Protect your company with a Confidentiality Agreement

While Human resources departments are responsible for keeping confidential information about potential employees, internal staff and external clients, a big part of their job are circulating policies and inter-office communications that are meant to be seen by everyone. They are responsible for sharing employee’s private and personally identifiable information with external providers and agencies that include health plans, banks, and the IRS. Jason Hanold knows that managing who can see what is a daunting task and protection against any possible threats requires a strategy flexible enough to destroy files automatically, while also enabling secure sharing. Confidentiality Agreements don’t have to be long and complicated. In fact, the good ones usually don’t run more than a few pages long. First, there are some key elements of Confidentiality Agreements that should be taken into account:

The identification of the parties

A description set forth at the beginning of the contract. If it is an agreement where only one side is providing confidential information, then the disclosing party can be referred to as the Disclosing Party and the recipient of the information can simply be referred to as the Recipient.

Elements defined to be confidential

Defining what confidential information means. The disclosing party wants this definition to be as broad as possible, so as to make sure the other side doesn’t find a loophole and starts using your valuable secrets. But if you are the recipient of the information, you have a legitimate desire to make sure that the information that you are supposed to keep as a secret is clearly identified and that you know what you can and cannot do. Oral information, in particular, can be tricky to deal with, and the usual compromise is that oral information can be deemed confidential information, but that the disclosing party has to confirm to the other side in writing sometime shortly after it was disclosed, so that the receiving party is now on notice as to what oral statements are deemed confidential.

Obligations of the receiving party

This usually means that it has to take reasonable steps to prevent others from gaining access to this private information. If the scope of the Confidentiality Agreement is broad enough, then you can sue for damages or to stop them if they breach their confidentiality and non-use obligations.

The term of the agreement

Some attorneys would argue that the Confidential Agreement should last forever. But if you are the recipient of the confidential information, you will likely insist on a definite term where the agreement ends. After all, most information becomes useless after a certain number of years, and the cost of policing confidentiality obligations can become expensive if it is an endless obligation. Confidentiality Agreement can also state that, even if the term is ended, the disclosing party isn’t giving up any other rights that it may have under copyright, patent, or other intellectual property laws.

And then, the data available to the Human Resources Department should be classified into categories before policy controls are defined to meet specific access and permission requirements. These categories should include intellectual property, executive compensation, board-of-director files, customer lists, and financial data. This requires the highest level of protection, including automatic encryption and assignment to the strictest security protocols. Another set of categories can either be encrypted automatically or assigned security permissions that allow everyone inside the organization access or can be manually selected by human resources to be secured. This set includes policy manuals, inter-office correspondence, and pre-release public files.

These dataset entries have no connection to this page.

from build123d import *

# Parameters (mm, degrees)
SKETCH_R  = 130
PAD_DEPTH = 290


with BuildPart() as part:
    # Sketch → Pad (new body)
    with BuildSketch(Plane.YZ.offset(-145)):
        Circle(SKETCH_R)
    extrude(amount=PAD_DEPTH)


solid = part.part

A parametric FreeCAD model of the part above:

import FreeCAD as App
import Part
import Sketcher
from FreeCAD import Vector

doc = App.newDocument("Part")
body = doc.addObject("PartDesign::Body", "Body")

# Sketch on YZ plane
sketch1 = doc.addObject("Sketcher::SketchObject", "Sketch")
body.addObject(sketch1)
sketch1.AttachmentSupport = (doc.YZ_Plane, [""])
sketch1.MapMode = "FlatFace"
sketch1.AttachmentOffset = App.Placement(Vector(0, 0, -145), App.Rotation())
sketch1.addGeometry(Part.Circle(Vector(0, 0, 0), Vector(0, 0, 1), 130), False)
sketch1.addConstraint([
    Sketcher.Constraint("Coincident", 0, 3, -1, 1),
    Sketcher.Constraint("Diameter", 0, 260.0),
])
pad1 = doc.addObject("PartDesign::Pad", "Pad")
body.addObject(pad1)
pad1.Profile = sketch1
pad1.Length = 290

doc.recompute()
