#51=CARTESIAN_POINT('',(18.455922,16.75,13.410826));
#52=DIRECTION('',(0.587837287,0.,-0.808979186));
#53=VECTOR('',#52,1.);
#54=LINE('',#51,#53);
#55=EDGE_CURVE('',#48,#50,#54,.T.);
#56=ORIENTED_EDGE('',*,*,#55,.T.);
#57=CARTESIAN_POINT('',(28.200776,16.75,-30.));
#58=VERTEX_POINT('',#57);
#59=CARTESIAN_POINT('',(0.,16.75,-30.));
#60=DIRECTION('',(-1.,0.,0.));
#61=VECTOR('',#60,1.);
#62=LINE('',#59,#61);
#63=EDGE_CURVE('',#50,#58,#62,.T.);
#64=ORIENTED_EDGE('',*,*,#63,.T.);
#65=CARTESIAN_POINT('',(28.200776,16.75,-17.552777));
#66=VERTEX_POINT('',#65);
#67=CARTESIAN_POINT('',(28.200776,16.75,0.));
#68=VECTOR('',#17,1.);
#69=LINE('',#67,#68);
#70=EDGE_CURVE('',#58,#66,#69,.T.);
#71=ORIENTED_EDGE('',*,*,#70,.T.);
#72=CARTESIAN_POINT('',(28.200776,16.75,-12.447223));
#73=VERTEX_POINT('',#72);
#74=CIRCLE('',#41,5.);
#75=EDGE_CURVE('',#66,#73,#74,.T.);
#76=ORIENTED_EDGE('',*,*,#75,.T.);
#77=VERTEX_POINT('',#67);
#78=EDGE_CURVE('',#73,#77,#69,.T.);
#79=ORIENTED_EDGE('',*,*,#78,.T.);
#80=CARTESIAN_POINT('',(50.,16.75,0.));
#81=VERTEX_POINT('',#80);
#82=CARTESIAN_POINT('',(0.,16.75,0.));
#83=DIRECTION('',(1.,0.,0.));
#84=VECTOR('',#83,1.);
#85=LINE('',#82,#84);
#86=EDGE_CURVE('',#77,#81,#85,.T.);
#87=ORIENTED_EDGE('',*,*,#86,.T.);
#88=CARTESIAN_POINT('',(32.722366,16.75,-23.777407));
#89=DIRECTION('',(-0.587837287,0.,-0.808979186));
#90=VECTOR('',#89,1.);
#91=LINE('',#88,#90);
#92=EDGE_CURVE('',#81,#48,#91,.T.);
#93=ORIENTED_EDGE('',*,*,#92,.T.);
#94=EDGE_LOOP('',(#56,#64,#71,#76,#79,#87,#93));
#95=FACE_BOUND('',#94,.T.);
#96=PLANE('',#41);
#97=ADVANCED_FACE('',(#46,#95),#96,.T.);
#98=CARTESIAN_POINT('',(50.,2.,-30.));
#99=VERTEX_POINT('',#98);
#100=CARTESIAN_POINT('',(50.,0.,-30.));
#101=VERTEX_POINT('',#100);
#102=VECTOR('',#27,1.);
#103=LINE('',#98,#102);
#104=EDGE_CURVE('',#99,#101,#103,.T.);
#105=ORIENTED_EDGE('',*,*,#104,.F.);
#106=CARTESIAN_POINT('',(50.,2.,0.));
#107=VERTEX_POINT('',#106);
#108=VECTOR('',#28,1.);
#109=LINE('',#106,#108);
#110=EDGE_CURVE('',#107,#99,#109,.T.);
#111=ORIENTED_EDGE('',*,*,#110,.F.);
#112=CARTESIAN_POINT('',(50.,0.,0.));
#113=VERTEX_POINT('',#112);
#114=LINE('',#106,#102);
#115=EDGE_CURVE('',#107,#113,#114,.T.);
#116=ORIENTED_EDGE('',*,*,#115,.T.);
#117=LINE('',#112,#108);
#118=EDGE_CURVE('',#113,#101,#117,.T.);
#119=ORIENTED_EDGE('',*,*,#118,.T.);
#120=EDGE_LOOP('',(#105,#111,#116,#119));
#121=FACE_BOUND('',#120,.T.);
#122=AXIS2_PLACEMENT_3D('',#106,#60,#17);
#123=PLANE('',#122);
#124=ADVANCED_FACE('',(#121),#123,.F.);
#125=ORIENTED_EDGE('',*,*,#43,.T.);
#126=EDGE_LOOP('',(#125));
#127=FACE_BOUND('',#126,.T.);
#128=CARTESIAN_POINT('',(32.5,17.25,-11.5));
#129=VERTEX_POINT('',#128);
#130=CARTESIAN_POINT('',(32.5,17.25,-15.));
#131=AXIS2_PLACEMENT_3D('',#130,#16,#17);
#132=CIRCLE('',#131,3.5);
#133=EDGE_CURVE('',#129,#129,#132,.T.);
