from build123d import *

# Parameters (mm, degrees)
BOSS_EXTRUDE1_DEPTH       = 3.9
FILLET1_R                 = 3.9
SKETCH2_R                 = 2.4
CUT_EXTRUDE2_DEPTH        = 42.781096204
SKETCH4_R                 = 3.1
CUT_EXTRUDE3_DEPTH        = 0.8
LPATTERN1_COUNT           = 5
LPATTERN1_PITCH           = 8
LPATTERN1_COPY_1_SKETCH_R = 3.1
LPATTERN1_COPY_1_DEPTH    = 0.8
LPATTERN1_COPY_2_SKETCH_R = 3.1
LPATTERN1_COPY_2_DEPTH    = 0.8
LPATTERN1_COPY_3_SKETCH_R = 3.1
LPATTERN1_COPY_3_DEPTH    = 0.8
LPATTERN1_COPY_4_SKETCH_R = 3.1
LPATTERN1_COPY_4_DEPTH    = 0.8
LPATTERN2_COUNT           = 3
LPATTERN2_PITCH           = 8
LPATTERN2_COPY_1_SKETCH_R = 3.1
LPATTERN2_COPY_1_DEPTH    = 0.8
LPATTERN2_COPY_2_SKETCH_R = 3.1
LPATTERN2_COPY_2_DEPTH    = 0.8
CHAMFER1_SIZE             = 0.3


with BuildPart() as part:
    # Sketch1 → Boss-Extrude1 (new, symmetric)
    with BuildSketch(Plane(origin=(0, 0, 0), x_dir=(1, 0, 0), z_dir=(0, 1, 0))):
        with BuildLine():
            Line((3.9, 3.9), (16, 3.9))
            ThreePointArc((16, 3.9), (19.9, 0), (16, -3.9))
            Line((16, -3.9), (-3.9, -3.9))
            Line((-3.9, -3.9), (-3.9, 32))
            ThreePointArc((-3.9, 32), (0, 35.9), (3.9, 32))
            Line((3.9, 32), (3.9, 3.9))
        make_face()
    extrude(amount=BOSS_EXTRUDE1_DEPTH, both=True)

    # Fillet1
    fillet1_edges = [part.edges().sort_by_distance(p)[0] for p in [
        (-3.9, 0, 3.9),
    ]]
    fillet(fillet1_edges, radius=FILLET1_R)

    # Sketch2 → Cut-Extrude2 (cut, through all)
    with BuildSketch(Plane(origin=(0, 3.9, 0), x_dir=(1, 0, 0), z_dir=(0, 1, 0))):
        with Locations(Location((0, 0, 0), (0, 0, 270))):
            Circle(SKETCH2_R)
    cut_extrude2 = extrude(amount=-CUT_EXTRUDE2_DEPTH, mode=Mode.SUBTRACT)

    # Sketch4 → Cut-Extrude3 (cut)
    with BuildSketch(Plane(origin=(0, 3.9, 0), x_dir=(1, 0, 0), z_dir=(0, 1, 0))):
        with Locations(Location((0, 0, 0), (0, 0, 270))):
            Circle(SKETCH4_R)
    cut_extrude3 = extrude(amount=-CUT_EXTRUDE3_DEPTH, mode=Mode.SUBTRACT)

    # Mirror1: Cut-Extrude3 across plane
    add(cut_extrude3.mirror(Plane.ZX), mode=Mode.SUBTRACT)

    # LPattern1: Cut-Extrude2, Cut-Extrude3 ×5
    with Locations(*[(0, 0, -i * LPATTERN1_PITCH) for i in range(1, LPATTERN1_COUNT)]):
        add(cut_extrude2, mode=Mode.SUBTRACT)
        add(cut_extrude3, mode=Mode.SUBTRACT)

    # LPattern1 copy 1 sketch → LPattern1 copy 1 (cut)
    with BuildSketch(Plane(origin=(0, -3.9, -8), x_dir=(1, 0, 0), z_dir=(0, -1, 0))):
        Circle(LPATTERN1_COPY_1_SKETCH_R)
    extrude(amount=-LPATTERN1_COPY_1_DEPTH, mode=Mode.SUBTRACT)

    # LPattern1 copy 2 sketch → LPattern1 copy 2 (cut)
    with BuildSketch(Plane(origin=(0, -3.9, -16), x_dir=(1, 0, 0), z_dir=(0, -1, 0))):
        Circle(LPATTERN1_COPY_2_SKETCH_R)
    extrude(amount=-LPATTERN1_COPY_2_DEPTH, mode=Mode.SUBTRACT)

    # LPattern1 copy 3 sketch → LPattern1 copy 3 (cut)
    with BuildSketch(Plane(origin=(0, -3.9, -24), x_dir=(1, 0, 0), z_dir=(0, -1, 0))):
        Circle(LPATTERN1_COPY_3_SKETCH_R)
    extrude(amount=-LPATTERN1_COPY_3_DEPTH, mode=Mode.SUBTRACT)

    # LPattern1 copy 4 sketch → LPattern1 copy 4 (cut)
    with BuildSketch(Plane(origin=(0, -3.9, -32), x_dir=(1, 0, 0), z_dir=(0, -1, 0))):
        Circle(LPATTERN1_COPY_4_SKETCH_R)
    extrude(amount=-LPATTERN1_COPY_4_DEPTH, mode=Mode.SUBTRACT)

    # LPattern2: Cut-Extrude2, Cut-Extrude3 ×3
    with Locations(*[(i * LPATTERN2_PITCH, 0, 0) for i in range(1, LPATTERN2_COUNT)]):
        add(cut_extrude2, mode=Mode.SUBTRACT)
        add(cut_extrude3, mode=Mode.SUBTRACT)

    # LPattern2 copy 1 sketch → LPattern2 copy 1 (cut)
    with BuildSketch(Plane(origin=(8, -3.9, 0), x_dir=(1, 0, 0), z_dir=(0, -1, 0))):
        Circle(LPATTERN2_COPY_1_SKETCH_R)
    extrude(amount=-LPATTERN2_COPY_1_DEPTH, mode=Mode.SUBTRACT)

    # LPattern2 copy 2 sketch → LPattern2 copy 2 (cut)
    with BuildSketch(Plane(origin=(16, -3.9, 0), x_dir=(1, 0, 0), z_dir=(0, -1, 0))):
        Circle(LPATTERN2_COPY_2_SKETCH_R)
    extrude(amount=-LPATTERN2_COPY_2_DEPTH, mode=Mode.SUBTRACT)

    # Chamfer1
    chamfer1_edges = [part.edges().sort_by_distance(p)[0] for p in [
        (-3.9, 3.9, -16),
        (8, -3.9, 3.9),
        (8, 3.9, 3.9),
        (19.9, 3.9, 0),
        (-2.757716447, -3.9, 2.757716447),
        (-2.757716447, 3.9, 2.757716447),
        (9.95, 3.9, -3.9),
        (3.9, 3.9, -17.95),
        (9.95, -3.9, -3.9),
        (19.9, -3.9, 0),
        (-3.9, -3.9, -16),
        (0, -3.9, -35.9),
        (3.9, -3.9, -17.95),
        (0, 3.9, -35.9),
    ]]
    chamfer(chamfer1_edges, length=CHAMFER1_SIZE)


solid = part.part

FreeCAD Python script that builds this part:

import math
import FreeCAD as App
import Part
import Sketcher
from FreeCAD import Vector


def edges_at(feature, points):
    """Names of the edges that pass closest to the given points."""
    edges = feature.Shape.Edges
    near = lambda p: min(range(len(edges)), key=lambda i: edges[i].distToShape(Part.Vertex(*p))[0])
    return sorted({f"Edge{near(p) + 1}" for p in points})

doc = App.newDocument("Part")
body = doc.addObject("PartDesign::Body", "Body")

sketch1 = body.newObject("Sketcher::SketchObject", "Sketch")
sketch1.AttachmentSupport = (doc.getObject("XZ_Plane"), [""])
sketch1.MapMode = "FlatFace"
sketch1.addGeometry([
    Part.LineSegment(Vector(16, -3.9, 0), Vector(3.9, -3.9, 0)),
    Part.LineSegment(Vector(3.9, -3.9, 0), Vector(3.9, -32, 0)),
    Part.ArcOfCircle(Part.Circle(Vector(0, -32, 0), Vector(0, 0, 1), 3.9), math.radians(180), math.radians(360)),
    Part.LineSegment(Vector(-3.9, -32, 0), Vector(-3.9, 3.9, 0)),
    Part.LineSegment(Vector(-3.9, 3.9, 0), Vector(16, 3.9, 0)),
    Part.ArcOfCircle(Part.Circle(Vector(16, 0, 0), Vector(0, 0, 1), 3.9), math.radians(-90), math.radians(90)),
], False)
sketch1.addConstraint([
    Sketcher.Constraint("Coincident", 0, 2, 1, 1),
    Sketcher.Constraint("Tangent", 1, 2, 2, 2),
    Sketcher.Constraint("Tangent", 2, 1, 3, 1),
    Sketcher.Constraint("Coincident", 3, 2, 4, 1),
    Sketcher.Constraint("Tangent", 4, 2, 5, 2),
    Sketcher.Constraint("Tangent", 5, 1, 0, 1),
    Sketcher.Constraint("Horizontal", 0),
    Sketcher.Constraint("Vertical", 1),
    Sketcher.Constraint("Vertical", 3),
    Sketcher.Constraint("Horizontal", 4),
    Sketcher.Constraint("Equal", 2, 5),
    Sketcher.Constraint("Symmetric", 0, 2, 3, 2, -1, 1),
    Sketcher.Constraint("Radius", 2, 3.9),
    Sketcher.Constraint("DistanceX", 0, 2, 0, 1, 12.1),
    Sketcher.Constraint("DistanceY", 1, 2, 1, 1, 28.1),
])
pad1 = body.newObject("PartDesign::Pad", "Pad")
pad1.Profile = sketch1
pad1.Length = 7.8
pad1.Midplane = True
doc.recompute()

fillet = body.newObject("PartDesign::Fillet", "Fillet")
fillet.Base = (pad1, edges_at(pad1, [(-3.9, 0, 3.9)]))
fillet.Radius = 3.9

sketch2 = body.newObject("Sketcher::SketchObject", "Sketch001")
sketch2.AttachmentSupport = (doc.getObject("XZ_Plane"), [""])
sketch2.MapMode = "FlatFace"
sketch2.AttachmentOffset = App.Placement(Vector(0, 0, -3.9), App.Rotation())
sketch2.addGeometry(Part.Circle(Vector(0, 0, 0), Vector(0, 0, 1), 2.4), False)
sketch2.addConstraint([
    Sketcher.Constraint("Coincident", 0, 3, -1, 1),
    Sketcher.Constraint("Diameter", 0, 4.8),
])
pocket1 = body.newObject("PartDesign::Pocket", "Pocket")
pocket1.Profile = sketch2
pocket1.Type = "ThroughAll"
pocket1.Reversed = True

sketch3 = body.newObject("Sketcher::SketchObject", "Sketch002")
sketch3.AttachmentSupport = (doc.getObject("XZ_Plane"), [""])
sketch3.MapMode = "FlatFace"
sketch3.AttachmentOffset = App.Placement(Vector(0, 0, -3.9), App.Rotation())
sketch3.addGeometry(Part.Circle(Vector(0, 0, 0), Vector(0, 0, 1), 3.1), False)
sketch3.addConstraint([
    Sketcher.Constraint("Coincident", 0, 3, -1, 1),
    Sketcher.Constraint("Diameter", 0, 6.2),
])
pocket2 = body.newObject("PartDesign::Pocket", "Pocket001")
pocket2.Profile = sketch3
pocket2.Length = 0.8
pocket2.Reversed = True
doc.recompute()

mirrored = body.newObject("PartDesign::Mirrored", "Mirrored")
mirrored.Originals = [pocket2]
mirrored.MirrorPlane = (doc.getObject("XZ_Plane"), [""])
body.Tip = mirrored
doc.recompute()

linearpattern = body.newObject("PartDesign::LinearPattern", "LinearPattern")
linearpattern.Originals = [pocket1, pocket2]
linearpattern.Direction = (doc.getObject("Z_Axis"), [""])
linearpattern.Mode = "offset"
linearpattern.Offset = 8
linearpattern.Occurrences = 5
linearpattern.Reversed = True
body.Tip = linearpattern

sketch4 = body.newObject("Sketcher::SketchObject", "Sketch003")
sketch4.AttachmentSupport = (doc.getObject("XZ_Plane"), [""])
sketch4.MapMode = "FlatFace"
sketch4.AttachmentOffset = App.Placement(Vector(0, 0, 3.9), App.Rotation())
sketch4.addGeometry(Part.Circle(Vector(0, -8, 0), Vector(0, 0, 1), 3.1), False)
sketch4.addConstraint([
    Sketcher.Constraint("PointOnObject", 0, 3, -2),
    Sketcher.Constraint("Diameter", 0, 6.2),
    Sketcher.Constraint("DistanceY", 0, 3, -1, 1, 8.0),
])
pocket3 = body.newObject("PartDesign::Pocket", "Pocket002")
pocket3.Profile = sketch4
pocket3.Length = 0.8

sketch5 = body.newObject("Sketcher::SketchObject", "Sketch004")
sketch5.AttachmentSupport = (doc.getObject("XZ_Plane"), [""])
sketch5.MapMode = "FlatFace"
sketch5.AttachmentOffset = App.Placement(Vector(0, 0, 3.9), App.Rotation())
sketch5.addGeometry(Part.Circle(Vector(0, -16, 0), Vector(0, 0, 1), 3.1), False)
sketch5.addConstraint([
    Sketcher.Constraint("PointOnObject", 0, 3, -2),
    Sketcher.Constraint("Diameter", 0, 6.2),
    Sketcher.Constraint("DistanceY", 0, 3, -1, 1, 16.0),
])
pocket4 = body.newObject("PartDesign::Pocket", "Pocket003")
pocket4.Profile = sketch5
pocket4.Length = 0.8

sketch6 = body.newObject("Sketcher::SketchObject", "Sketch005")
sketch6.AttachmentSupport = (doc.getObject("XZ_Plane"), [""])
sketch6.MapMode = "FlatFace"
sketch6.AttachmentOffset = App.Placement(Vector(0, 0, 3.9), App.Rotation())
sketch6.addGeometry(Part.Circle(Vector(0, -24, 0), Vector(0, 0, 1), 3.1), False)
sketch6.addConstraint([
    Sketcher.Constraint("PointOnObject", 0, 3, -2),
    Sketcher.Constraint("Diameter", 0, 6.2),
    Sketcher.Constraint("DistanceY", 0, 3, -1, 1, 24.0),
])
pocket5 = body.newObject("PartDesign::Pocket", "Pocket004")
pocket5.Profile = sketch6
pocket5.Length = 0.8

sketch7 = body.newObject("Sketcher::SketchObject", "Sketch006")
sketch7.AttachmentSupport = (doc.getObject("XZ_Plane"), [""])
sketch7.MapMode = "FlatFace"
sketch7.AttachmentOffset = App.Placement(Vector(0, 0, 3.9), App.Rotation())
sketch7.addGeometry(Part.Circle(Vector(0, -32, 0), Vector(0, 0, 1), 3.1), False)
sketch7.addConstraint([
    Sketcher.Constraint("PointOnObject", 0, 3, -2),
    Sketcher.Constraint("Diameter", 0, 6.2),
    Sketcher.Constraint("DistanceY", 0, 3, -1, 1, 32.0),
])
pocket6 = body.newObject("PartDesign::Pocket", "Pocket005")
pocket6.Profile = sketch7
pocket6.Length = 0.8
doc.recompute()

linearpattern2 = body.newObject("PartDesign::LinearPattern", "LinearPattern001")
linearpattern2.Originals = [pocket1, pocket2]
linearpattern2.Direction = (doc.getObject("X_Axis"), [""])
linearpattern2.Mode = "offset"
linearpattern2.Offset = 8
linearpattern2.Occurrences = 3
body.Tip = linearpattern2

sketch8 = body.newObject("Sketcher::SketchObject", "Sketch007")
sketch8.AttachmentSupport = (doc.getObject("XZ_Plane"), [""])
sketch8.MapMode = "FlatFace"
sketch8.AttachmentOffset = App.Placement(Vector(0, 0, 3.9), App.Rotation())
sketch8.addGeometry(Part.Circle(Vector(8, 0, 0), Vector(0, 0, 1), 3.1), False)
sketch8.addConstraint([
    Sketcher.Constraint("PointOnObject", 0, 3, -1),
    Sketcher.Constraint("Diameter", 0, 6.2),
    Sketcher.Constraint("DistanceX", -1, 1, 0, 3, 8.0),
])
pocket7 = body.newObject("PartDesign::Pocket", "Pocket006")
pocket7.Profile = sketch8
pocket7.Length = 0.8

sketch9 = body.newObject("Sketcher::SketchObject", "Sketch008")
sketch9.AttachmentSupport = (doc.getObject("XZ_Plane"), [""])
sketch9.MapMode = "FlatFace"
sketch9.AttachmentOffset = App.Placement(Vector(0, 0, 3.9), App.Rotation())
sketch9.addGeometry(Part.Circle(Vector(16, 0, 0), Vector(0, 0, 1), 3.1), False)
sketch9.addConstraint([
    Sketcher.Constraint("PointOnObject", 0, 3, -1),
    Sketcher.Constraint("Diameter", 0, 6.2),
    Sketcher.Constraint("DistanceX", -1, 1, 0, 3, 16.0),
])
pocket8 = body.newObject("PartDesign::Pocket", "Pocket007")
pocket8.Profile = sketch9
pocket8.Length = 0.8
doc.recompute()

chamfer = body.newObject("PartDesign::Chamfer", "Chamfer")
chamfer.Base = (pocket8, edges_at(pocket8, [
    (-3.9, 3.9, -16),
    (8, -3.9, 3.9),
    (8, 3.9, 3.9),
    (19.9, 3.9, 0),
    (-2.758, -3.9, 2.758),
    (-2.758, 3.9, 2.758),
    (9.95, 3.9, -3.9),
    (3.9, 3.9, -17.95),
    (9.95, -3.9, -3.9),
    (19.9, -3.9, 0),
    (-3.9, -3.9, -16),
    (0, -3.9, -35.9),
    (3.9, -3.9, -17.95),
    (0, 3.9, -35.9),
]))
chamfer.Size = 0.3

doc.recompute()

Now Hiring_human resources_jason hanold_Confidentiality Agreement

Image courtesy of Nathan Stephens at Flickr.com

Employee information

Human Resources should keep personal information on employees confidential, even before they are hired. Candidate information includes reference checks and job offers. HR also protects drug-testing and physical examination results, Social Security numbers, payroll data and performance reviews. Also, employees’ ID numbers and customers’ financial information are some of the data at high risk for theft. Confidentiality laws, such as the federal Health Insurance Portability and Accountability Act, requires that HR also keeps employees’ health information private.

Client data

Human Resources often handles client information, including external and internal financial information. Client contracts mandate confidentiality and can only be shared with authorized employees or, in some cases, third-party agencies, so this data receives tier one treatment. With advanced security settings, HR can safely share this information with the designated parties via email by specifying the number of devices and validity period for accessing protected attachments. Business expansions, new product ideas, changes in procedures or an impending layoff or plant closing are kept confidential until the time is right for a company-wide or public disclosure.

Intellectual property

Confidentiality agreements protect intellectual property or trade secrets from competitors. Proprietary information includes production methods, formulas or processes you want to keep confidential. It also includes salary ranges, customer lists, and vendor contracts, as well as business and marketing plans and any special skills your employees have. A confidentiality agreement protects your computer system, which holds proprietary information. The human resources department can be the first line of defense for this data since it may be the first to find out an employee is leaving. They need to have policies in place for resulting access changes.

Non Competing Agreement

HR ideal is to keep valuable employees, but this is not always the case. A non competing agreement keeps a business’ former employees from giving away its trade secrets to a competitor. Some non competing agreements restrict employees from starting a business that competes with their former employer’s business, for a certain amount of time.